What is expected: Please keep to the lines below from the one with "f 101 99 102" through the one with "f 152 150 151", and restate them word for word, ends included.

(Saved entries)
= = = =

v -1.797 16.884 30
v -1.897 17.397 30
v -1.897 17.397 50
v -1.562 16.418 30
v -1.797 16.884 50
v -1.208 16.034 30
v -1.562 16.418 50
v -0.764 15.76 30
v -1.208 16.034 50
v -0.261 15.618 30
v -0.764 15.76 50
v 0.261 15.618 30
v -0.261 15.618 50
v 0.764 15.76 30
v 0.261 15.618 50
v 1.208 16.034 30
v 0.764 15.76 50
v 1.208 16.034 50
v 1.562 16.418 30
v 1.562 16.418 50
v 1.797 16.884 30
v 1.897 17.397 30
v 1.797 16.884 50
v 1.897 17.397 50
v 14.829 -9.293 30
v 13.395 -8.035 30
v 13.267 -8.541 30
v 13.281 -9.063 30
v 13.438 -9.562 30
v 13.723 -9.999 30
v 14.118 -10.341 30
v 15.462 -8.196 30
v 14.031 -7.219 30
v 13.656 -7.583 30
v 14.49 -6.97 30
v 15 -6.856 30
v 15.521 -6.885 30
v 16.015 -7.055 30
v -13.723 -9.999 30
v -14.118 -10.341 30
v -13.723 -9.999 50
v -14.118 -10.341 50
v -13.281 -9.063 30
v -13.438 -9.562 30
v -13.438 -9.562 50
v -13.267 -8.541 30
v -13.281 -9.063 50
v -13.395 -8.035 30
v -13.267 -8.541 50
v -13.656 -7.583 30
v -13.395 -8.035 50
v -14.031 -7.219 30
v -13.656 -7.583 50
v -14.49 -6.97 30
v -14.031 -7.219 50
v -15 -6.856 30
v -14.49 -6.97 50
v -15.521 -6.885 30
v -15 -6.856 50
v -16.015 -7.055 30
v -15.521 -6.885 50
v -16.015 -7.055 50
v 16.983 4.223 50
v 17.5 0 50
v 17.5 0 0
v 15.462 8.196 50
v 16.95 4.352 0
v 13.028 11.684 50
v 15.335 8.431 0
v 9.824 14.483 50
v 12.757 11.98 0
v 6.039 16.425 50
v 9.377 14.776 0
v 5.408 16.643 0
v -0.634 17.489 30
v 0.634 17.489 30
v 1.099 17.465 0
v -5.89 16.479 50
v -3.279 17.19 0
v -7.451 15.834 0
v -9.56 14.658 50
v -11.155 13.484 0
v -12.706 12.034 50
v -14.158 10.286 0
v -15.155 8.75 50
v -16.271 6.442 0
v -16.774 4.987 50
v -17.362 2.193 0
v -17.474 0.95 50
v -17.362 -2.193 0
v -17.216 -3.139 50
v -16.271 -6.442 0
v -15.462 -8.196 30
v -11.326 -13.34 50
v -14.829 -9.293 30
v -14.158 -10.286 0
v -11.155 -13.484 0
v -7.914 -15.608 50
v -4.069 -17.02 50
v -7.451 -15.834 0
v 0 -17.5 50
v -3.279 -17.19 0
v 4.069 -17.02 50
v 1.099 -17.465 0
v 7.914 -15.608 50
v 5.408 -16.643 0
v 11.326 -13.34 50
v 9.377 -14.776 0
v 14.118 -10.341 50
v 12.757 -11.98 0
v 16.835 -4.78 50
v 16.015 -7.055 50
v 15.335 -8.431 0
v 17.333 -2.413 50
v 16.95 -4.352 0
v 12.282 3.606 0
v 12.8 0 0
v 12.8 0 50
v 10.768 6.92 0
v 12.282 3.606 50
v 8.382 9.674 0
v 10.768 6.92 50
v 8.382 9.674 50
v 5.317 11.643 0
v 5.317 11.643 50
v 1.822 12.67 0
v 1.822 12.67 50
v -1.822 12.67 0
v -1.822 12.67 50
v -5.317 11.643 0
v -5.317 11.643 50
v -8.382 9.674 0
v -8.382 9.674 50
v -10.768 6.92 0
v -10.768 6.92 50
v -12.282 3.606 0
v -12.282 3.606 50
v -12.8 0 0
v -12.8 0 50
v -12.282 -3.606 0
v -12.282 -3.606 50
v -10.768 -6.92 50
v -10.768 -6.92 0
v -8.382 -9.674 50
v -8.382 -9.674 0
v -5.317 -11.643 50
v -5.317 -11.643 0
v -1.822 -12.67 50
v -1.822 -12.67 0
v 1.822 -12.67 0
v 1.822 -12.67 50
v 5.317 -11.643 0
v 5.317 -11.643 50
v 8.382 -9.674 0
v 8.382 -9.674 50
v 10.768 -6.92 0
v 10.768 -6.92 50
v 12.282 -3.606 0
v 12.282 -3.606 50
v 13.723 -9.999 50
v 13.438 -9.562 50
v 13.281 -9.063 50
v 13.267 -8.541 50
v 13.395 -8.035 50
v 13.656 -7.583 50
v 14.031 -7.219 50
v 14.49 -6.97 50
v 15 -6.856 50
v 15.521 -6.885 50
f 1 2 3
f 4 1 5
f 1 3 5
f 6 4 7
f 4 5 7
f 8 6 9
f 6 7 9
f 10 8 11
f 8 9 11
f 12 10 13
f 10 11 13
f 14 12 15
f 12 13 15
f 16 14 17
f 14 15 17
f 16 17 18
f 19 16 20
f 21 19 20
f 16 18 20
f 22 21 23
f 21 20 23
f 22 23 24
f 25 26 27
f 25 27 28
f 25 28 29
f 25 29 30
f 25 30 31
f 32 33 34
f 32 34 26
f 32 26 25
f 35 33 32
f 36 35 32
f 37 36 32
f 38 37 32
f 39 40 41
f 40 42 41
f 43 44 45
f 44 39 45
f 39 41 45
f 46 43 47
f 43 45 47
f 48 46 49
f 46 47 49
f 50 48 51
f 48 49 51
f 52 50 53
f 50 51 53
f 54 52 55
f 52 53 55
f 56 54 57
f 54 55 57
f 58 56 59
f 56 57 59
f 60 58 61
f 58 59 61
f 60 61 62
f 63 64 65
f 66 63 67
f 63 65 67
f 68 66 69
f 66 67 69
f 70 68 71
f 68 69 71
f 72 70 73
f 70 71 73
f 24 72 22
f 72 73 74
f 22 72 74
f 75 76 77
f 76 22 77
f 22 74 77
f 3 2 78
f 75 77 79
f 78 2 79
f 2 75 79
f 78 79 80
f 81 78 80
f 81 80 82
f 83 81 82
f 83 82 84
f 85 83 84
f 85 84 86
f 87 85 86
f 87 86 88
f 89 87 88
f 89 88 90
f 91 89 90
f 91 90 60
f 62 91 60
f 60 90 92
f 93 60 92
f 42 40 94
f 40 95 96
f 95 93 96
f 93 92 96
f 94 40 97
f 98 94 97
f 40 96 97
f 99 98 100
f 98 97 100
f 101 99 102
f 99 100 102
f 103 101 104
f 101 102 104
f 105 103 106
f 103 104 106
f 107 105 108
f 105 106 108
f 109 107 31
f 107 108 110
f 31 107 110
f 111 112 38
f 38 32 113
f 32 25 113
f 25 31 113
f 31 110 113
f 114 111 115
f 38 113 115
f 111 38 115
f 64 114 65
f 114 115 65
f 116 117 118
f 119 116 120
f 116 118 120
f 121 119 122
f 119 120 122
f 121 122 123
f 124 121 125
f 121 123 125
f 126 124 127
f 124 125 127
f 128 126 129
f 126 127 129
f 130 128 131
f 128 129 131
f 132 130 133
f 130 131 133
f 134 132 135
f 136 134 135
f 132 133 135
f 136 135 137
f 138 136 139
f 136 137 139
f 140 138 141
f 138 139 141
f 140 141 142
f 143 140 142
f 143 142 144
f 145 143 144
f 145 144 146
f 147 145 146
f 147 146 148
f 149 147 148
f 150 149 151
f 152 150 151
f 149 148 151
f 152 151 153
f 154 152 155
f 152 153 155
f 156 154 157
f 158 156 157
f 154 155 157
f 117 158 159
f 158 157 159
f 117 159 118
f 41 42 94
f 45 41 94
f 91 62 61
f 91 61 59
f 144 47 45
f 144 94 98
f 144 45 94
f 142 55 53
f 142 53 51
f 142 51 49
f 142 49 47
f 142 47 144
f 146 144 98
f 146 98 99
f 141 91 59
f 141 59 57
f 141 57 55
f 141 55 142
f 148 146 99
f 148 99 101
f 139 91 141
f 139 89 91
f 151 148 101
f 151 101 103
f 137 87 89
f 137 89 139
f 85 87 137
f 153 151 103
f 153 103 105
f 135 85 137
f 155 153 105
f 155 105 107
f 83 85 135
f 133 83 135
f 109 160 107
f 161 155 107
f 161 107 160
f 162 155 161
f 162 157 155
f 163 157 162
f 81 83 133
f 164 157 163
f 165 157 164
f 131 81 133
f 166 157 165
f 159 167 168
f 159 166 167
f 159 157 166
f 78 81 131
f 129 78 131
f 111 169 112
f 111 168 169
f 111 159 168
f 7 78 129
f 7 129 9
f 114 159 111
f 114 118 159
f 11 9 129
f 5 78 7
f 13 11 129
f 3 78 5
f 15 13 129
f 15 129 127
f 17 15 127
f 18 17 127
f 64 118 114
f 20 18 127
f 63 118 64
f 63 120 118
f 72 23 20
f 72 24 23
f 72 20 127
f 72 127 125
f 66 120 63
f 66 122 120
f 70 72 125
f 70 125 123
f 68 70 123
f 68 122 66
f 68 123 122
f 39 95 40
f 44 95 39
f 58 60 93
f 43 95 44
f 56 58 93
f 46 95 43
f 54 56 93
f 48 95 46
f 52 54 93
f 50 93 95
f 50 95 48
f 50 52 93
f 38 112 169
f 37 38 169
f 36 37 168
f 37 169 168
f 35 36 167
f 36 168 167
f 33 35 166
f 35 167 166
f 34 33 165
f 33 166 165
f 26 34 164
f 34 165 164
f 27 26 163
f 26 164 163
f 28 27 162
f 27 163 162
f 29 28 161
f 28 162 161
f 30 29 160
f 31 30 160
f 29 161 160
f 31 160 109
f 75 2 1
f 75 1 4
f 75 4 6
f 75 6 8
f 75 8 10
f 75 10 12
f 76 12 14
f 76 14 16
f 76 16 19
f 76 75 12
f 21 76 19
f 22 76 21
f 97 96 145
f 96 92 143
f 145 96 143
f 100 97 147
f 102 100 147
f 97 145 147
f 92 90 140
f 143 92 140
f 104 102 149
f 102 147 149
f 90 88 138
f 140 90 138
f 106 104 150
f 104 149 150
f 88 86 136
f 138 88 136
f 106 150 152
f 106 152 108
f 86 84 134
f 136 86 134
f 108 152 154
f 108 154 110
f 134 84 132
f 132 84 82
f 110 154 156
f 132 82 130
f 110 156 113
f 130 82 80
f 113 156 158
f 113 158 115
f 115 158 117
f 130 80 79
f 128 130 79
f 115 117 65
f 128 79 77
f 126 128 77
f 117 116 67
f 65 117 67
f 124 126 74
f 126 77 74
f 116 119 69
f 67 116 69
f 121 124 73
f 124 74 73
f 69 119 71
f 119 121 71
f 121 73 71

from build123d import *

# Parameters (mm, degrees)
ESQUISSE1_R             = 17.5
BOSS_EXTRU_1_DEPTH      = 50
ESQUISSE4_R             = 12.8
ENL_V_MAT_EXTRU_1_DEPTH = 50
ESQUISSE5_R             = 1.9
ENL_V_MAT_EXTRU_2_DEPTH = 20


with BuildPart() as part:
    # Esquisse1 → Boss.-Extru.1 (new body)
    with BuildSketch(Plane.XY):
        Circle(ESQUISSE1_R)
    extrude(amount=BOSS_EXTRU_1_DEPTH)

    # Esquisse4 → Enlèv. mat.-Extru.1 (cut)
    with BuildSketch(Plane.XY.offset(50)):
        Circle(ESQUISSE4_R)
    extrude(amount=-ENL_V_MAT_EXTRU_1_DEPTH, mode=Mode.SUBTRACT)

    # Esquisse5 → Enlèv. mat.-Extru.2 (cut)
    with BuildSketch(Plane.XY.offset(50)):
        with Locations((0, 17.5)):
            Circle(ESQUISSE5_R)
        with Locations((15.155444566, -8.75)):
            Circle(ESQUISSE5_R)
        with Locations((-15.155444566, -8.75)):
            Circle(ESQUISSE5_R)
    extrude(amount=-ENL_V_MAT_EXTRU_2_DEPTH, mode=Mode.SUBTRACT)


solid = part.part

= = = =

Your response:
f 101 99 102
f 99 100 102
f 103 101 104
f 101 102 104
f 105 103 106
f 103 104 106
f 107 105 108
f 105 106 108
f 109 107 31
f 107 108 110
f 31 107 110
f 111 112 38
f 38 32 113
f 32 25 113
f 25 31 113
f 31 110 113
f 114 111 115
f 38 113 115
f 111 38 115
f 64 114 65
f 114 115 65
f 116 117 118
f 119 116 120
f 116 118 120
f 121 119 122
f 119 120 122
f 121 122 123
f 124 121 125
f 121 123 125
f 126 124 127
f 124 125 127
f 128 126 129
f 126 127 129
f 130 128 131
f 128 129 131
f 132 130 133
f 130 131 133
f 134 132 135
f 136 134 135
f 132 133 135
f 136 135 137
f 138 136 139
f 136 137 139
f 140 138 141
f 138 139 141
f 140 141 142
f 143 140 142
f 143 142 144
f 145 143 144
f 145 144 146
f 147 145 146
f 147 146 148
f 149 147 148
f 150 149 151
f 152 150 151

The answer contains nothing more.